_Task description_. Once the line holding "v -19.05 12.7 34.925" is found in the listing below, write it out and each later line exactly, up to and including the one holding "v 28.398 23.901 34.925".

_Provided entries_.
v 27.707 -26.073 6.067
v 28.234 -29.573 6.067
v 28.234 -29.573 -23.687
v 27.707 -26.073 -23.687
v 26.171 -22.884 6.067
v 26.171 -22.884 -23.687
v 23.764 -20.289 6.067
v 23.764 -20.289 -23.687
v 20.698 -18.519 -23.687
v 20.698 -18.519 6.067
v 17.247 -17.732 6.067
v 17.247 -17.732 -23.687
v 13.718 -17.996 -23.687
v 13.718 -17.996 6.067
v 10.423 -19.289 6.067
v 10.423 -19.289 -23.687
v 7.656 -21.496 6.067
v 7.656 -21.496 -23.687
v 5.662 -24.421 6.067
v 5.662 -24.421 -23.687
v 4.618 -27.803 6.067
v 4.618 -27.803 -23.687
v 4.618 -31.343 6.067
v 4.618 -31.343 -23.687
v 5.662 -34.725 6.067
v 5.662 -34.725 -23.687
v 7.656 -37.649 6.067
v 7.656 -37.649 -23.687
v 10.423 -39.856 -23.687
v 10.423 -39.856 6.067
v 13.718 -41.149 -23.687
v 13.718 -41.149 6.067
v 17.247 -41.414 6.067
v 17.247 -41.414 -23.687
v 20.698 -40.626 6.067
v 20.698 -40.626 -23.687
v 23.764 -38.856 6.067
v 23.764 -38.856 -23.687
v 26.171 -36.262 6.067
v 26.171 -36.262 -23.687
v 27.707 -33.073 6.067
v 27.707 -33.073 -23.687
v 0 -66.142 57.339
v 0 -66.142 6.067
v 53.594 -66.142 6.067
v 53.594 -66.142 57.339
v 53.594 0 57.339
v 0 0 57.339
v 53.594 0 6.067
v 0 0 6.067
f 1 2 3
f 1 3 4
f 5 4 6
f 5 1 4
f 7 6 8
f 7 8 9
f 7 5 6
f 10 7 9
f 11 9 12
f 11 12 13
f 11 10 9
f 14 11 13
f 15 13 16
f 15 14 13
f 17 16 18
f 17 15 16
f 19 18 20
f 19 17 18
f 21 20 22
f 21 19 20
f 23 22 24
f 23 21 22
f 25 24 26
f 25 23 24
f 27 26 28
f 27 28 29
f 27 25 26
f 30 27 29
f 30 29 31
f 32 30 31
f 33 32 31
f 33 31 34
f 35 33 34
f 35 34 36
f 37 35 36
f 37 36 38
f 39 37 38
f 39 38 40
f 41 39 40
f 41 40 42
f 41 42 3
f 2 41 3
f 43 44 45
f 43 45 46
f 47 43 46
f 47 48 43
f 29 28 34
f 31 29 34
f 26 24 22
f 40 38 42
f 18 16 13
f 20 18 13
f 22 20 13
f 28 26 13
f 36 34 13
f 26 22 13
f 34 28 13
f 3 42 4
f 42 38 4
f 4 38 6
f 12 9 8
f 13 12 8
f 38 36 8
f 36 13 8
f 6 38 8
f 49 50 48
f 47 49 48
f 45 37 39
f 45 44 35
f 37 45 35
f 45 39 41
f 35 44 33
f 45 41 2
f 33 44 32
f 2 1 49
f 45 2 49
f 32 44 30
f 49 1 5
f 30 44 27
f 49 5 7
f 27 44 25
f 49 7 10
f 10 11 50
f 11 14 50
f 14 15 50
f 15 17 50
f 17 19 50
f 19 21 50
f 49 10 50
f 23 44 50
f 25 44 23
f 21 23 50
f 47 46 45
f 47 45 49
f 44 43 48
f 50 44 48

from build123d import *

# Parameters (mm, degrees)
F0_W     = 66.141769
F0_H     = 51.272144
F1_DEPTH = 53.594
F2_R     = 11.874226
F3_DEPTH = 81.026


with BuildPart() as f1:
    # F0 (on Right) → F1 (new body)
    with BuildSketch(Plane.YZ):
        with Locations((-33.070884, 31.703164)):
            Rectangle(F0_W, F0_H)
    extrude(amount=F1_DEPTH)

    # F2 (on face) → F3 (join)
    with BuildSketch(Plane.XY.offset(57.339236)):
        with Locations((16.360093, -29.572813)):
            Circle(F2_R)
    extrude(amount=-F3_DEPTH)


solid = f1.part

--

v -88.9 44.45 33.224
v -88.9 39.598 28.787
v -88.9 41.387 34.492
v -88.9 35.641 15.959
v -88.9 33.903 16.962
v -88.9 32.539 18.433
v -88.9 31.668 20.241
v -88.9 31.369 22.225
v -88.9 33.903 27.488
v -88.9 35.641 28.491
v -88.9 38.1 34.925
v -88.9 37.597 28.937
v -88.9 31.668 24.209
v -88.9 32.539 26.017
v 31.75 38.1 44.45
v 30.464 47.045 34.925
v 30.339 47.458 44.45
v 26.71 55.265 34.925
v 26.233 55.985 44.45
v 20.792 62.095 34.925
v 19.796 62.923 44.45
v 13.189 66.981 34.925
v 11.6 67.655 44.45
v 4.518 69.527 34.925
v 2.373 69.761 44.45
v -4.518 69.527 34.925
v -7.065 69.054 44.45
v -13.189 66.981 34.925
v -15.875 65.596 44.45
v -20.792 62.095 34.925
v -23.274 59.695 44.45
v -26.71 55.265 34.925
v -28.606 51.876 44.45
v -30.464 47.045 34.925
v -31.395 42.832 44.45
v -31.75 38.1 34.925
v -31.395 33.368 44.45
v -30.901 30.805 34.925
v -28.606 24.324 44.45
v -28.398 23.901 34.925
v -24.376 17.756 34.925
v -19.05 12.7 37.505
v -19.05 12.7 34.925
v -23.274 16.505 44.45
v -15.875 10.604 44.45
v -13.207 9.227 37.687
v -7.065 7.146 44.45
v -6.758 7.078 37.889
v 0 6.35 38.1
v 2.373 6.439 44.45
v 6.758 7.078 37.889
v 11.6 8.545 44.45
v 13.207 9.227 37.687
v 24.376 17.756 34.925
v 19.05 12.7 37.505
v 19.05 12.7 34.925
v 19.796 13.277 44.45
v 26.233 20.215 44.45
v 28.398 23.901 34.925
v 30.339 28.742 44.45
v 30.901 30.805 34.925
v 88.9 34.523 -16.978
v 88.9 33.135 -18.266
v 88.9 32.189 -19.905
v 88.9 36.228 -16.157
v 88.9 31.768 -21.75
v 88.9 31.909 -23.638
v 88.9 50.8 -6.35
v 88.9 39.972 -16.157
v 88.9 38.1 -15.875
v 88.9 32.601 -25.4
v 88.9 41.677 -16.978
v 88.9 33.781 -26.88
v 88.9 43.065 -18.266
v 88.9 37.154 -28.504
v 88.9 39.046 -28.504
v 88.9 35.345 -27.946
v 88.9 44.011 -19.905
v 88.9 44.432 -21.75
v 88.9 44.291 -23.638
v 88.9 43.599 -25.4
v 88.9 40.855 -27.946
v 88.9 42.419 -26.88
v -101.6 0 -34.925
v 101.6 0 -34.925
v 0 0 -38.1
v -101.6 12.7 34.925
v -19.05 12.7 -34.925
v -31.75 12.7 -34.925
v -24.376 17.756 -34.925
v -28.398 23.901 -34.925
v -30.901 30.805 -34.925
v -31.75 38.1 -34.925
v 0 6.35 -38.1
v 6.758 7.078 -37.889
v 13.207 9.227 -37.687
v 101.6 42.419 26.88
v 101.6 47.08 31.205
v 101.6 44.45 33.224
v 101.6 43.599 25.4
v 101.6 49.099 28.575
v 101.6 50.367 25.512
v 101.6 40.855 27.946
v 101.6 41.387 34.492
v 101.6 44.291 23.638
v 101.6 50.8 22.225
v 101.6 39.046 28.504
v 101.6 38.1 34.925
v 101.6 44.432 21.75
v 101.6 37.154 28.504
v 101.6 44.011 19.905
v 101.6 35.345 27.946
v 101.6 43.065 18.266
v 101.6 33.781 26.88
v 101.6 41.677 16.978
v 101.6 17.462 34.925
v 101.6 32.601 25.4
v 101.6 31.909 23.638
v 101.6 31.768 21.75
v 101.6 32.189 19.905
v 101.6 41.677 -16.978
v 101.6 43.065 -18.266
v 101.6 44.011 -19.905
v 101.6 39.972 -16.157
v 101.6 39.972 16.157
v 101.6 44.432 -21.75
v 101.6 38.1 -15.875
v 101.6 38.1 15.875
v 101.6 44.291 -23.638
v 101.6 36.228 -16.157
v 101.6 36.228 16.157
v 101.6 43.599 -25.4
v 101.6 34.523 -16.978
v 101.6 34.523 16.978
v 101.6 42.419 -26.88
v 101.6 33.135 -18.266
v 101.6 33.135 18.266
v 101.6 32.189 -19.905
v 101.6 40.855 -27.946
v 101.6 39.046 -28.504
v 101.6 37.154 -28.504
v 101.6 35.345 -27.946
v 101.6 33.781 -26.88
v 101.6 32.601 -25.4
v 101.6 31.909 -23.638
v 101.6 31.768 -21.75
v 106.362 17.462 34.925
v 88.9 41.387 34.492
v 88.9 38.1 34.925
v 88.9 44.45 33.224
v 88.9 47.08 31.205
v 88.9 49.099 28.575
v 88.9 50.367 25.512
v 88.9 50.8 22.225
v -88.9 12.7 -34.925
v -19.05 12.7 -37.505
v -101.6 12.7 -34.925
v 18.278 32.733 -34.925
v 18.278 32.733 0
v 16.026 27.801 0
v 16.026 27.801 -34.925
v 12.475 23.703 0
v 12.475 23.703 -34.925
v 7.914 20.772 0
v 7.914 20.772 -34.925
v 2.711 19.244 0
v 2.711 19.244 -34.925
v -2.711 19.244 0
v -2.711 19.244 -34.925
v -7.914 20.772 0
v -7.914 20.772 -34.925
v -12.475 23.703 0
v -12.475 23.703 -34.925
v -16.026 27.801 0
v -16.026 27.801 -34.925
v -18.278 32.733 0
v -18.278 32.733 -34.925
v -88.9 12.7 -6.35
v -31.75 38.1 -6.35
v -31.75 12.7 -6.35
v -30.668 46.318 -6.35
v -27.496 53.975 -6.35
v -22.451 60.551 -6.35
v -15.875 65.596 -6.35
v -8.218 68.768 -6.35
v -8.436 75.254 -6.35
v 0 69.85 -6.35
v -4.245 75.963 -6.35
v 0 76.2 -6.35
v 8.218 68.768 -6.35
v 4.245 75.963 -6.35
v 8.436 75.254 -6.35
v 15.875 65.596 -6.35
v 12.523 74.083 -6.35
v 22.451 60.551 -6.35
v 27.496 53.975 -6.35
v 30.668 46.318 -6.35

_Finished exercise_.
v -19.05 12.7 34.925
v -23.274 16.505 44.45
v -15.875 10.604 44.45
v -13.207 9.227 37.687
v -7.065 7.146 44.45
v -6.758 7.078 37.889
v 0 6.35 38.1
v 2.373 6.439 44.45
v 6.758 7.078 37.889
v 11.6 8.545 44.45
v 13.207 9.227 37.687
v 24.376 17.756 34.925
v 19.05 12.7 37.505
v 19.05 12.7 34.925
v 19.796 13.277 44.45
v 26.233 20.215 44.45
v 28.398 23.901 34.925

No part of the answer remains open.